→ What the exercise asks: Within the records below, reproduce without change the lines from the line that has "#129=ORIENTED_EDGE('',*,*,#128,.F.);" through the line that has "#144=ORIENTED_EDGE('',*,*,#113,.F.);", and only those.

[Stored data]
:::
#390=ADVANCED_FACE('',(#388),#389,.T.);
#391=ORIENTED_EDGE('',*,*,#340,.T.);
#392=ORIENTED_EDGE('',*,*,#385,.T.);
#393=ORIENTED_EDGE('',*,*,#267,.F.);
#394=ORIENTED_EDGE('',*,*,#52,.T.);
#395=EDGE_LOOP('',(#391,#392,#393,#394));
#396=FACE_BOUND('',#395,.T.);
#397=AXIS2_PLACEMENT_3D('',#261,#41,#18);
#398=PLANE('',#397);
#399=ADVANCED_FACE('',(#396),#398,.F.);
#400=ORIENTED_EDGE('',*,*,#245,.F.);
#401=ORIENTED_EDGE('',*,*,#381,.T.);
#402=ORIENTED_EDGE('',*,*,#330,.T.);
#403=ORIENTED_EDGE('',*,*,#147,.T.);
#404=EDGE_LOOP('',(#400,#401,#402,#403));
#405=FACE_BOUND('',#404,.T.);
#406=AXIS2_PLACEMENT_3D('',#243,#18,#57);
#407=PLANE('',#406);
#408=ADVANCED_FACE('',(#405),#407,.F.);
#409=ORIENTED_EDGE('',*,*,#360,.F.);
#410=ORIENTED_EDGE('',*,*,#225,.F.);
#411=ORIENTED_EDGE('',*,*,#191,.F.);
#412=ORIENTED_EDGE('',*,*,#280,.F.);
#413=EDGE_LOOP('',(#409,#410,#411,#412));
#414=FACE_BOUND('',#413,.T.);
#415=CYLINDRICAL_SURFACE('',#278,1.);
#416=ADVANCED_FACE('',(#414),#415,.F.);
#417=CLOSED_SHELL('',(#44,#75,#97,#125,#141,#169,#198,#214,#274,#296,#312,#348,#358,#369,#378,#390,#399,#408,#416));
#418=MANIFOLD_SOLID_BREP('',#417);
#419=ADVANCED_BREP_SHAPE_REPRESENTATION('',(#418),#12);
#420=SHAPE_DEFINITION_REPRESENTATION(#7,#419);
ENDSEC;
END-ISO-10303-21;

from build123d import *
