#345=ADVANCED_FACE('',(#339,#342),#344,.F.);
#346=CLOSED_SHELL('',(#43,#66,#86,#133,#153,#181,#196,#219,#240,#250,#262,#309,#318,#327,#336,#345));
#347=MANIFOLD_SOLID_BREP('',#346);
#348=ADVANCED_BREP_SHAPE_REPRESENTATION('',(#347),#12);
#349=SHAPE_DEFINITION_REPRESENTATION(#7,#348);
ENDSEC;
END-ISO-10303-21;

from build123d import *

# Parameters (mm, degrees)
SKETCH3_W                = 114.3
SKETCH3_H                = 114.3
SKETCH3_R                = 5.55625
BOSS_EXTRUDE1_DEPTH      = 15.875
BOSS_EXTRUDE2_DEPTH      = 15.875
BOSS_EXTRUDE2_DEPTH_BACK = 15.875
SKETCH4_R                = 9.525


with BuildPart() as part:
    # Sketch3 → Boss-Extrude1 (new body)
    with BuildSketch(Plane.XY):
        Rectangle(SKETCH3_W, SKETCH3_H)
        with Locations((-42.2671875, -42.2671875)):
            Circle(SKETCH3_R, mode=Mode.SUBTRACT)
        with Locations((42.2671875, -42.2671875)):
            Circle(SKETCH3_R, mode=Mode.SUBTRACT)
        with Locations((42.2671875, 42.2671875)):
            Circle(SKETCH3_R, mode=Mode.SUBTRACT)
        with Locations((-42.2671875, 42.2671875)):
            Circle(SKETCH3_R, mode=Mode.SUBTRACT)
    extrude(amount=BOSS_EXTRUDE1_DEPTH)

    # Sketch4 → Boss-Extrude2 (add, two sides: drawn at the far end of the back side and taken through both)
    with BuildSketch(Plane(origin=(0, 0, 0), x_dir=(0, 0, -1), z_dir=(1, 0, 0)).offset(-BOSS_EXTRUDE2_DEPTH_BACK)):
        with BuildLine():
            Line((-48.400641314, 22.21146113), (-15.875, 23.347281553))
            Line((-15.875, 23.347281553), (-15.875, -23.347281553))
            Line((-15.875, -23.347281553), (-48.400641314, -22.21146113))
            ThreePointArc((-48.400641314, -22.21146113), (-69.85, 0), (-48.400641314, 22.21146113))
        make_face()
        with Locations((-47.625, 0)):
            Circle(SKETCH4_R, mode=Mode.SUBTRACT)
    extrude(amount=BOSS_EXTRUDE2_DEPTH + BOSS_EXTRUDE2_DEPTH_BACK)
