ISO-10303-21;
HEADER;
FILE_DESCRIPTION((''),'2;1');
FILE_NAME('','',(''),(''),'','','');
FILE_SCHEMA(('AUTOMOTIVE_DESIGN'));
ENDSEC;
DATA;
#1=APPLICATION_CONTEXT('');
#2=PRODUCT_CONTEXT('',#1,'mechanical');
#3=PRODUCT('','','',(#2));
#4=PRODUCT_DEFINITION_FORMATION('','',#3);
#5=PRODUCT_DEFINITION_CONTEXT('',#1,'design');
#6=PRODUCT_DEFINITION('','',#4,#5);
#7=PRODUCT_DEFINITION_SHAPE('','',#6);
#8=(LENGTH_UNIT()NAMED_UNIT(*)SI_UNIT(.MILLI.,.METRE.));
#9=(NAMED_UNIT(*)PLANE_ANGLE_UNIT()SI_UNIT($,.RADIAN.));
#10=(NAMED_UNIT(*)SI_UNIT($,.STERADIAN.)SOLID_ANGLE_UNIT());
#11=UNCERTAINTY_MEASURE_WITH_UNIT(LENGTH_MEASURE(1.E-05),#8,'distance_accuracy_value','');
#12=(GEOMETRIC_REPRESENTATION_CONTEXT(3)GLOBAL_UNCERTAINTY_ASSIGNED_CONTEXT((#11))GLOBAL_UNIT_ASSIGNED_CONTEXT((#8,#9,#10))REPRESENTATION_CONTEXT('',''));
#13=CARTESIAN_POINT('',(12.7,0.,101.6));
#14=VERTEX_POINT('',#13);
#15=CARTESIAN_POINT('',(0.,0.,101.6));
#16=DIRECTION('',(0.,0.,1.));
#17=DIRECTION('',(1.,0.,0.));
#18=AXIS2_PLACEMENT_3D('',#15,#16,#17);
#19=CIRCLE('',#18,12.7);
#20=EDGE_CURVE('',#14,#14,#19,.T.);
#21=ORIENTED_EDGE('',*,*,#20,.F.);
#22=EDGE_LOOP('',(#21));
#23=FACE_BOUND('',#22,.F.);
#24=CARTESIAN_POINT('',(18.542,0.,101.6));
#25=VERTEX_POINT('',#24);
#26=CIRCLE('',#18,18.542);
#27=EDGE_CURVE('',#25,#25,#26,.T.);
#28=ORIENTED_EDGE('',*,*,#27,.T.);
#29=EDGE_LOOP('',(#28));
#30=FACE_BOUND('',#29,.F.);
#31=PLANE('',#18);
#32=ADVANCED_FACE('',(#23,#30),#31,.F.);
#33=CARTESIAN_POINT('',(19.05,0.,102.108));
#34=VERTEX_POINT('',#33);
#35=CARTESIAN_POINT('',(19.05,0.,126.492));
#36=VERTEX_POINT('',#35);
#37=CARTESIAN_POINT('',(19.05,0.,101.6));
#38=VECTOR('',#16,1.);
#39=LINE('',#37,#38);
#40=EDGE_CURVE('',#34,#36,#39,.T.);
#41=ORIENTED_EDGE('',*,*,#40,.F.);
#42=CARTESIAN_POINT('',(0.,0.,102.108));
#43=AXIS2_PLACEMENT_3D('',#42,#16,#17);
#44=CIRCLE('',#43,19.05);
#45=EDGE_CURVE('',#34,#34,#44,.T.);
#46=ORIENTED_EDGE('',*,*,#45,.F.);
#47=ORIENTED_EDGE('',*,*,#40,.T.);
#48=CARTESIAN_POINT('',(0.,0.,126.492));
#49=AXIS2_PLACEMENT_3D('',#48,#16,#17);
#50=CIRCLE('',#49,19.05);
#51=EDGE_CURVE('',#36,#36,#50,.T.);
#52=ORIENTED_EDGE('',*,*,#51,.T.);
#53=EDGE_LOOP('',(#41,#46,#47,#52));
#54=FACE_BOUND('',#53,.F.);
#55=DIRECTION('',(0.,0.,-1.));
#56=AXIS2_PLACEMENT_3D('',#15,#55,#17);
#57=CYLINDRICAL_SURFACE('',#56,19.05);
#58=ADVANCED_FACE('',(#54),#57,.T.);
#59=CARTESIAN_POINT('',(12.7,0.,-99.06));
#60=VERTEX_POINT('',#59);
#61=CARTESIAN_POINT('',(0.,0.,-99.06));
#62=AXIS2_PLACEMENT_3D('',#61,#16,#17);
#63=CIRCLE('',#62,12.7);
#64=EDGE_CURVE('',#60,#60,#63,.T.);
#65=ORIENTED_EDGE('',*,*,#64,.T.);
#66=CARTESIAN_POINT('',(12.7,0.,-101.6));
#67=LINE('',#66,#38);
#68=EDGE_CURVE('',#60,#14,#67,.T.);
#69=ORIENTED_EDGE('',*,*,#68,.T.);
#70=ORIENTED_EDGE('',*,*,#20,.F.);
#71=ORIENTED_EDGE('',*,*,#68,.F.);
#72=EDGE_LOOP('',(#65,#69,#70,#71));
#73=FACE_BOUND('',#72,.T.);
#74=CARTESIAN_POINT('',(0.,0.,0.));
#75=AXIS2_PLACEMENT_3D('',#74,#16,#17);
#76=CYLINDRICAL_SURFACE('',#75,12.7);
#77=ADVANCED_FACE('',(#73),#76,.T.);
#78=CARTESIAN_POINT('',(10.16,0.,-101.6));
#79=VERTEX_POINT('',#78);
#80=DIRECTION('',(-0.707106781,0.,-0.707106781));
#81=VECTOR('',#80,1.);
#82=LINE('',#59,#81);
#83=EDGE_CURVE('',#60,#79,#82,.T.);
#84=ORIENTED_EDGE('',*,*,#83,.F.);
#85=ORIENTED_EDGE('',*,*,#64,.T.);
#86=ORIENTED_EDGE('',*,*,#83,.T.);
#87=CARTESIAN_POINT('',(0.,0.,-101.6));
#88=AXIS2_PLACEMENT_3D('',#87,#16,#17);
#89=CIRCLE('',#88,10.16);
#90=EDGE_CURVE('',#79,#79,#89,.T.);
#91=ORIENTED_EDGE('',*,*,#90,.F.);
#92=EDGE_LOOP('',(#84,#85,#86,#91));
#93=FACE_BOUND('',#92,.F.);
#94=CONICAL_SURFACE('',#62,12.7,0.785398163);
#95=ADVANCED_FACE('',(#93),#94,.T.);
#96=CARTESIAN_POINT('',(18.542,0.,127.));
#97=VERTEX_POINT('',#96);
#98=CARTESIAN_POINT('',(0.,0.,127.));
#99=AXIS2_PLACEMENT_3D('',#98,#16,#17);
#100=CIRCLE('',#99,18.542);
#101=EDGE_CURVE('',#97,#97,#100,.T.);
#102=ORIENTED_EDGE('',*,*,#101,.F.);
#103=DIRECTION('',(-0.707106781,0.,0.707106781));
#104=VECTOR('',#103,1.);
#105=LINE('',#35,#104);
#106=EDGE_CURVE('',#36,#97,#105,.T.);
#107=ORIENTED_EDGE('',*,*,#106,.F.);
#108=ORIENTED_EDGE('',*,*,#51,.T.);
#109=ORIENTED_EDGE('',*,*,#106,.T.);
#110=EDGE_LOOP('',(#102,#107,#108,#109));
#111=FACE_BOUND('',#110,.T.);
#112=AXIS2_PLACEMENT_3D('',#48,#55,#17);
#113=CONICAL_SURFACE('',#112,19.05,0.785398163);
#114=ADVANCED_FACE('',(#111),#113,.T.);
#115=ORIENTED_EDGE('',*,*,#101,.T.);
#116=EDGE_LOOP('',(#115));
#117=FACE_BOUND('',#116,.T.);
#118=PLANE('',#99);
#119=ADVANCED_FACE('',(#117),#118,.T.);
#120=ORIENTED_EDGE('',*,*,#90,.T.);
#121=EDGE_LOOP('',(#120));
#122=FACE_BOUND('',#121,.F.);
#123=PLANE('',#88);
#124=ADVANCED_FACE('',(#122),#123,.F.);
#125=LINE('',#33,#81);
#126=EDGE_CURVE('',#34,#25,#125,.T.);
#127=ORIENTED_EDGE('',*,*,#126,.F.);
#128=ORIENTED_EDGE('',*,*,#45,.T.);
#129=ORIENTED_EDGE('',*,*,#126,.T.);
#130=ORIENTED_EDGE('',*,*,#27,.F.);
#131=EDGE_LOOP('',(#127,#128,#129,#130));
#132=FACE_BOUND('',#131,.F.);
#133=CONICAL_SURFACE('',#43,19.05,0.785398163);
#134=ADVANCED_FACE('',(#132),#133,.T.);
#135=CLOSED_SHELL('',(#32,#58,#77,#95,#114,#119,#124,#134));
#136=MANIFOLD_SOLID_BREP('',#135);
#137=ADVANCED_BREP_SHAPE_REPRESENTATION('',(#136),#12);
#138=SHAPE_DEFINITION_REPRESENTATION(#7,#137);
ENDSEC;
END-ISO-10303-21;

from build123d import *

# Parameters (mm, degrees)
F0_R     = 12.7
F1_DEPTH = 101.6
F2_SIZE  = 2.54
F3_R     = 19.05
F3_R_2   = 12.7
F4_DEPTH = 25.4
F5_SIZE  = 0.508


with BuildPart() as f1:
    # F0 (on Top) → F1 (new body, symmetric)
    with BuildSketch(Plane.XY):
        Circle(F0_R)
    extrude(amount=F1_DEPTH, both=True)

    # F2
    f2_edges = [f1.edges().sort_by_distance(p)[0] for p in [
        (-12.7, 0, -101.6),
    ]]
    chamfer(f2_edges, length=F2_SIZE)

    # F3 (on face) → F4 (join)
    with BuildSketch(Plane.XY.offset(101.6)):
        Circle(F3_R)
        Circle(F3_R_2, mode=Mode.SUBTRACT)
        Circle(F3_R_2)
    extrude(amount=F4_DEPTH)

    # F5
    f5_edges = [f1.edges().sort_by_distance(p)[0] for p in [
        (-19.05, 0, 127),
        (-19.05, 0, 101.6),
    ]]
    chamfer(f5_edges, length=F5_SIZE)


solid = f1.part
:::
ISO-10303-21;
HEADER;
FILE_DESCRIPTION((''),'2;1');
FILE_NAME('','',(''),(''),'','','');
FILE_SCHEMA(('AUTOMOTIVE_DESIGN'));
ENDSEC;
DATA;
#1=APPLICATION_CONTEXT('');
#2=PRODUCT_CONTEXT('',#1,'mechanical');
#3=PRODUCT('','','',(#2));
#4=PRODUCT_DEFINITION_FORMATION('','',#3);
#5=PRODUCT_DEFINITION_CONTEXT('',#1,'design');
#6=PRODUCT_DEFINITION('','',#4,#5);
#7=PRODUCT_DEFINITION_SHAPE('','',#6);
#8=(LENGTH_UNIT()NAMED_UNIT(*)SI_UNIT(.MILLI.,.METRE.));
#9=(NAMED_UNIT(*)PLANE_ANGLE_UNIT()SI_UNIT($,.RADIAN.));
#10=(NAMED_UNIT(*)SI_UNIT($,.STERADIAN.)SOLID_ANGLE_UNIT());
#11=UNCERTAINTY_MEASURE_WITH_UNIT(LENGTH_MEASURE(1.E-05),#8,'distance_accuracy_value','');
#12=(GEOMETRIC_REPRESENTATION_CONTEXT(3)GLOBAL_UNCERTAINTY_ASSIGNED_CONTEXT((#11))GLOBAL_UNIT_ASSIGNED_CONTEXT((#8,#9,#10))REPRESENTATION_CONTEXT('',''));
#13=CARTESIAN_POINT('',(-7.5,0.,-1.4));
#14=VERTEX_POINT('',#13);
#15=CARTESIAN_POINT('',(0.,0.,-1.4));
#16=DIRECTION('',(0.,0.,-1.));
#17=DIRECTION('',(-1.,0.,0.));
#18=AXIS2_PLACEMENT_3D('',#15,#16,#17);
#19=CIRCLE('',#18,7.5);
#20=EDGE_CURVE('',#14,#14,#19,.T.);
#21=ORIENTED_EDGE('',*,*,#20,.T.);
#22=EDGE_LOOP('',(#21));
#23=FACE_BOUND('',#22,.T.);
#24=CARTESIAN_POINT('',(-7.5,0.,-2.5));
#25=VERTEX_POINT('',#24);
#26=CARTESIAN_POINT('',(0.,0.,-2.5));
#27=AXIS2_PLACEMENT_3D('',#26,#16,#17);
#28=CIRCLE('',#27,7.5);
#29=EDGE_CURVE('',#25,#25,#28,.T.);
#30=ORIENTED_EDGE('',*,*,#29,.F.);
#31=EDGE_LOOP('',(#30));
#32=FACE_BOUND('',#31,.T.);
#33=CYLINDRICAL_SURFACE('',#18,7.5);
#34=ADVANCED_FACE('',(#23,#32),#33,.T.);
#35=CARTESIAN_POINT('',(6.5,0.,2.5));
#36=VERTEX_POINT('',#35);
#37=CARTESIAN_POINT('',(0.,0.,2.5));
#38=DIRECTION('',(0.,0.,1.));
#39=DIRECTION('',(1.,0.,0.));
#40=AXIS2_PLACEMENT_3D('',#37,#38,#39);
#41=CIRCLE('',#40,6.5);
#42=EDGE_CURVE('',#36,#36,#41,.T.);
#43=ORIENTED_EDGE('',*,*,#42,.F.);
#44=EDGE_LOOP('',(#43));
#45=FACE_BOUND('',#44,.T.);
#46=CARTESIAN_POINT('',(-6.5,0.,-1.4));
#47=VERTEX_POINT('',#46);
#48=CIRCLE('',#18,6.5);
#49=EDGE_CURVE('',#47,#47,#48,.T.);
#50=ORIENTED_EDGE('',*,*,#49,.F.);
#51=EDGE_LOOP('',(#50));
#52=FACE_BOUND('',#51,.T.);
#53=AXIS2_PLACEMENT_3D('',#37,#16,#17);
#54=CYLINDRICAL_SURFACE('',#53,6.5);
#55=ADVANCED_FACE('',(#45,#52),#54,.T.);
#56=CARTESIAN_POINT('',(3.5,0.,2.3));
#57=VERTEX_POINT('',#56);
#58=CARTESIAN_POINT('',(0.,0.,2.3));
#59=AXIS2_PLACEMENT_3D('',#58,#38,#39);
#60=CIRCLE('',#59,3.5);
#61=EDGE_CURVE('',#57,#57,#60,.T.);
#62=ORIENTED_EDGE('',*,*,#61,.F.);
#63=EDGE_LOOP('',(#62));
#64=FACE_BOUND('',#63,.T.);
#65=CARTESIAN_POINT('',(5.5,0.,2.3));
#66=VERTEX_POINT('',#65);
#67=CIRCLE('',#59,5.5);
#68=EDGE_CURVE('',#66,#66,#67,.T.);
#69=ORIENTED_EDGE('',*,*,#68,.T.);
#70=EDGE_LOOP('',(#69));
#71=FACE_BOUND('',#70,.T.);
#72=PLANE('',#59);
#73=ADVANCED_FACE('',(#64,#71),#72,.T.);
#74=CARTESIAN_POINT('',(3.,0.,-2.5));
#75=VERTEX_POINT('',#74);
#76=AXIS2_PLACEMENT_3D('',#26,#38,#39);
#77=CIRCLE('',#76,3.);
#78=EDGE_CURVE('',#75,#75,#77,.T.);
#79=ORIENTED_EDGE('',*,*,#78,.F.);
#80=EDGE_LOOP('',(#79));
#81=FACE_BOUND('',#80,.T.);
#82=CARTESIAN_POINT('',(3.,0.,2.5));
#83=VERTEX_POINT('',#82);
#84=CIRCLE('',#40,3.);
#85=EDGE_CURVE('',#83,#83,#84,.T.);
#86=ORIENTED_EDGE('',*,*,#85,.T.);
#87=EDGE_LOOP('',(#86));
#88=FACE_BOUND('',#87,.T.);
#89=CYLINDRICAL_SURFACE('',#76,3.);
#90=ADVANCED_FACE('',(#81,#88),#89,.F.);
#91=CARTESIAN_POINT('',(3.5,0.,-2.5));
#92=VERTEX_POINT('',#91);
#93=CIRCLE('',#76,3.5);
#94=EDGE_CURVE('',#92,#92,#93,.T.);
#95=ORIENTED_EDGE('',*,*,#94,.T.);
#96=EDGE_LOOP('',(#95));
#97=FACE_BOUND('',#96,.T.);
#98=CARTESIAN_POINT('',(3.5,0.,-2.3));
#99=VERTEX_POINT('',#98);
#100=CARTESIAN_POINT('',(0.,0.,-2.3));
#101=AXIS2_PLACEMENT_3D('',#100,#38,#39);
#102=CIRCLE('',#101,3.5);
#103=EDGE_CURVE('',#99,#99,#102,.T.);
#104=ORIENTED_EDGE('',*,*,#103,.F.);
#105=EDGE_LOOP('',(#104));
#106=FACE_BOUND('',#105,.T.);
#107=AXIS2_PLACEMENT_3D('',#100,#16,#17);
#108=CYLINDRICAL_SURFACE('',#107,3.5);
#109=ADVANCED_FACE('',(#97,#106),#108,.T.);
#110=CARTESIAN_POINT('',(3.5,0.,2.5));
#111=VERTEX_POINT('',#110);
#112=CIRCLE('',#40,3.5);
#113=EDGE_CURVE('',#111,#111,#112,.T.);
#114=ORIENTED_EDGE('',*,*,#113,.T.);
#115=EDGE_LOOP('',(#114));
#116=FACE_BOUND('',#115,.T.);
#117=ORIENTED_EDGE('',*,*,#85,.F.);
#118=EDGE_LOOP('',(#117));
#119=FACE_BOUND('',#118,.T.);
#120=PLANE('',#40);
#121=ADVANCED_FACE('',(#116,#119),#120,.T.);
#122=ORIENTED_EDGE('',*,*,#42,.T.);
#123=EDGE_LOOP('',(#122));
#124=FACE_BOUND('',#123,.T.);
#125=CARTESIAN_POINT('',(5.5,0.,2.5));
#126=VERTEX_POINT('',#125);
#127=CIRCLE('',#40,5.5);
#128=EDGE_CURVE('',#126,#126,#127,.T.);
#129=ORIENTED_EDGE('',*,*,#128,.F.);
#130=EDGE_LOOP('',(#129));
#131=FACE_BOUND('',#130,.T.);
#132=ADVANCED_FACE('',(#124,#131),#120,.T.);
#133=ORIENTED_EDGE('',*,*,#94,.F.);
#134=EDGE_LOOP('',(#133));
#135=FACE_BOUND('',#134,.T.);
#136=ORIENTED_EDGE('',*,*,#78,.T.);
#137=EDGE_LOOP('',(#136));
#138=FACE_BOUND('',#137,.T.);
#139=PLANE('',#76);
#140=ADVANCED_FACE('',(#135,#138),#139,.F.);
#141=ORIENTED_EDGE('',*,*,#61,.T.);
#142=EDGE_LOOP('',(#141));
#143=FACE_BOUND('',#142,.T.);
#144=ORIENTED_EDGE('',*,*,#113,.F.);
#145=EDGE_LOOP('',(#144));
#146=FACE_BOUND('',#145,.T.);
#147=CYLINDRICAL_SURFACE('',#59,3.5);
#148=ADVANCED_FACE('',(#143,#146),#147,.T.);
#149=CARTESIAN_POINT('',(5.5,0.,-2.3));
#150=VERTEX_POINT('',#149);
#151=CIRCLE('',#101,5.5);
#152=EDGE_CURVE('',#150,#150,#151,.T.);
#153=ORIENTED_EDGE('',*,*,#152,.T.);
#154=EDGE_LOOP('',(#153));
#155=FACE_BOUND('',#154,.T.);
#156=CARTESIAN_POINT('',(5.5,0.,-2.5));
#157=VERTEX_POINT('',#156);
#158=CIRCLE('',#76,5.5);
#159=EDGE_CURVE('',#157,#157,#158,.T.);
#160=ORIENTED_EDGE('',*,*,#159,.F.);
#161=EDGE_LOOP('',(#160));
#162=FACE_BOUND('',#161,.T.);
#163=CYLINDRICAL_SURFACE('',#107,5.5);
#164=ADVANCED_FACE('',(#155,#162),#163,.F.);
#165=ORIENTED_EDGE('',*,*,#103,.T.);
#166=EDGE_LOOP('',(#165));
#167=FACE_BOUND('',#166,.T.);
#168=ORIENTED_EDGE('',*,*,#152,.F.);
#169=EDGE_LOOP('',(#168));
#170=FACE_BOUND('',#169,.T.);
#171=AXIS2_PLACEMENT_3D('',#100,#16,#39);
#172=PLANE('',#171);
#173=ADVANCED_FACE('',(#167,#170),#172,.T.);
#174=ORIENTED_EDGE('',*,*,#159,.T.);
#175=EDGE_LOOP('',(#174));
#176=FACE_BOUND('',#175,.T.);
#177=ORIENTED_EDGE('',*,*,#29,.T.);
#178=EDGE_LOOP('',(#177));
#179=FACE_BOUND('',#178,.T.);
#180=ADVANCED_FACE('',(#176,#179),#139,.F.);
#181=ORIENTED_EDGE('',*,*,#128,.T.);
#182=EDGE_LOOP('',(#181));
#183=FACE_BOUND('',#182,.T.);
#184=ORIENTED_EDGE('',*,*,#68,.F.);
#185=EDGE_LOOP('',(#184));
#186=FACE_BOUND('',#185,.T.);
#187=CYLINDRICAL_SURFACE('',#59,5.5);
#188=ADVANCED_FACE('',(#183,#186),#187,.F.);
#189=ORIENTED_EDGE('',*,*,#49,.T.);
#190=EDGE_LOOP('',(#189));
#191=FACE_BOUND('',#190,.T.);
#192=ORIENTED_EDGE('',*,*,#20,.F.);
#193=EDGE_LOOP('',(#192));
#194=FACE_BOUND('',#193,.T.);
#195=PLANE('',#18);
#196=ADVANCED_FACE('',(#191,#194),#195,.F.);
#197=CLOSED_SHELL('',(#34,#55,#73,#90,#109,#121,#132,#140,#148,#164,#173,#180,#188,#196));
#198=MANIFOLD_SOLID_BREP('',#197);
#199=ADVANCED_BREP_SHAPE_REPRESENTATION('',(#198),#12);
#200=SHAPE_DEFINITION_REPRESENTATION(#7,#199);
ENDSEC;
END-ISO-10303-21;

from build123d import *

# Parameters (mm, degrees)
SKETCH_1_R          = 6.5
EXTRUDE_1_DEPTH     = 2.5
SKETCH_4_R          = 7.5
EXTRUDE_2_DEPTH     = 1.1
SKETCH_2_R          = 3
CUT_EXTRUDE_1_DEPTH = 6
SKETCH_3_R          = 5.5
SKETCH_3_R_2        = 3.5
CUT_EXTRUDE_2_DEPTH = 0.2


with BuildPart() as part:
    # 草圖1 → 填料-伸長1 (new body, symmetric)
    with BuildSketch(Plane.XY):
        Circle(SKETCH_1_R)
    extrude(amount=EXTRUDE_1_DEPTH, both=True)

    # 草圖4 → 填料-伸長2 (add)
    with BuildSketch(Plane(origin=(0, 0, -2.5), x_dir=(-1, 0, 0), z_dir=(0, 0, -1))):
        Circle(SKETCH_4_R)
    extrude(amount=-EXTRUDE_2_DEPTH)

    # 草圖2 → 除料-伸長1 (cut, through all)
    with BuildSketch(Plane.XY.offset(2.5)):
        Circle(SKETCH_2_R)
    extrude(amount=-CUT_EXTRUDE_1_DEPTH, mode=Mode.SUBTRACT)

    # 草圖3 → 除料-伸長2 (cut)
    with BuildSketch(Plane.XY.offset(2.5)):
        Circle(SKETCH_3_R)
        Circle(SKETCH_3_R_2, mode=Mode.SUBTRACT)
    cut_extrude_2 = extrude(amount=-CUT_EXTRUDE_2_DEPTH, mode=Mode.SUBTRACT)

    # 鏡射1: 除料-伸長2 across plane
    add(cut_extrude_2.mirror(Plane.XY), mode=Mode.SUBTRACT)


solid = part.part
:::
→ Your solution:
#129=ORIENTED_EDGE('',*,*,#128,.F.);
#130=EDGE_LOOP('',(#129));
#131=FACE_BOUND('',#130,.T.);
#132=ADVANCED_FACE('',(#124,#131),#120,.T.);
#133=ORIENTED_EDGE('',*,*,#94,.F.);
#134=EDGE_LOOP('',(#133));
#135=FACE_BOUND('',#134,.T.);
#136=ORIENTED_EDGE('',*,*,#78,.T.);
#137=EDGE_LOOP('',(#136));
#138=FACE_BOUND('',#137,.T.);
#139=PLANE('',#76);
#140=ADVANCED_FACE('',(#135,#138),#139,.F.);
#141=ORIENTED_EDGE('',*,*,#61,.T.);
#142=EDGE_LOOP('',(#141));
#143=FACE_BOUND('',#142,.T.);
#144=ORIENTED_EDGE('',*,*,#113,.F.);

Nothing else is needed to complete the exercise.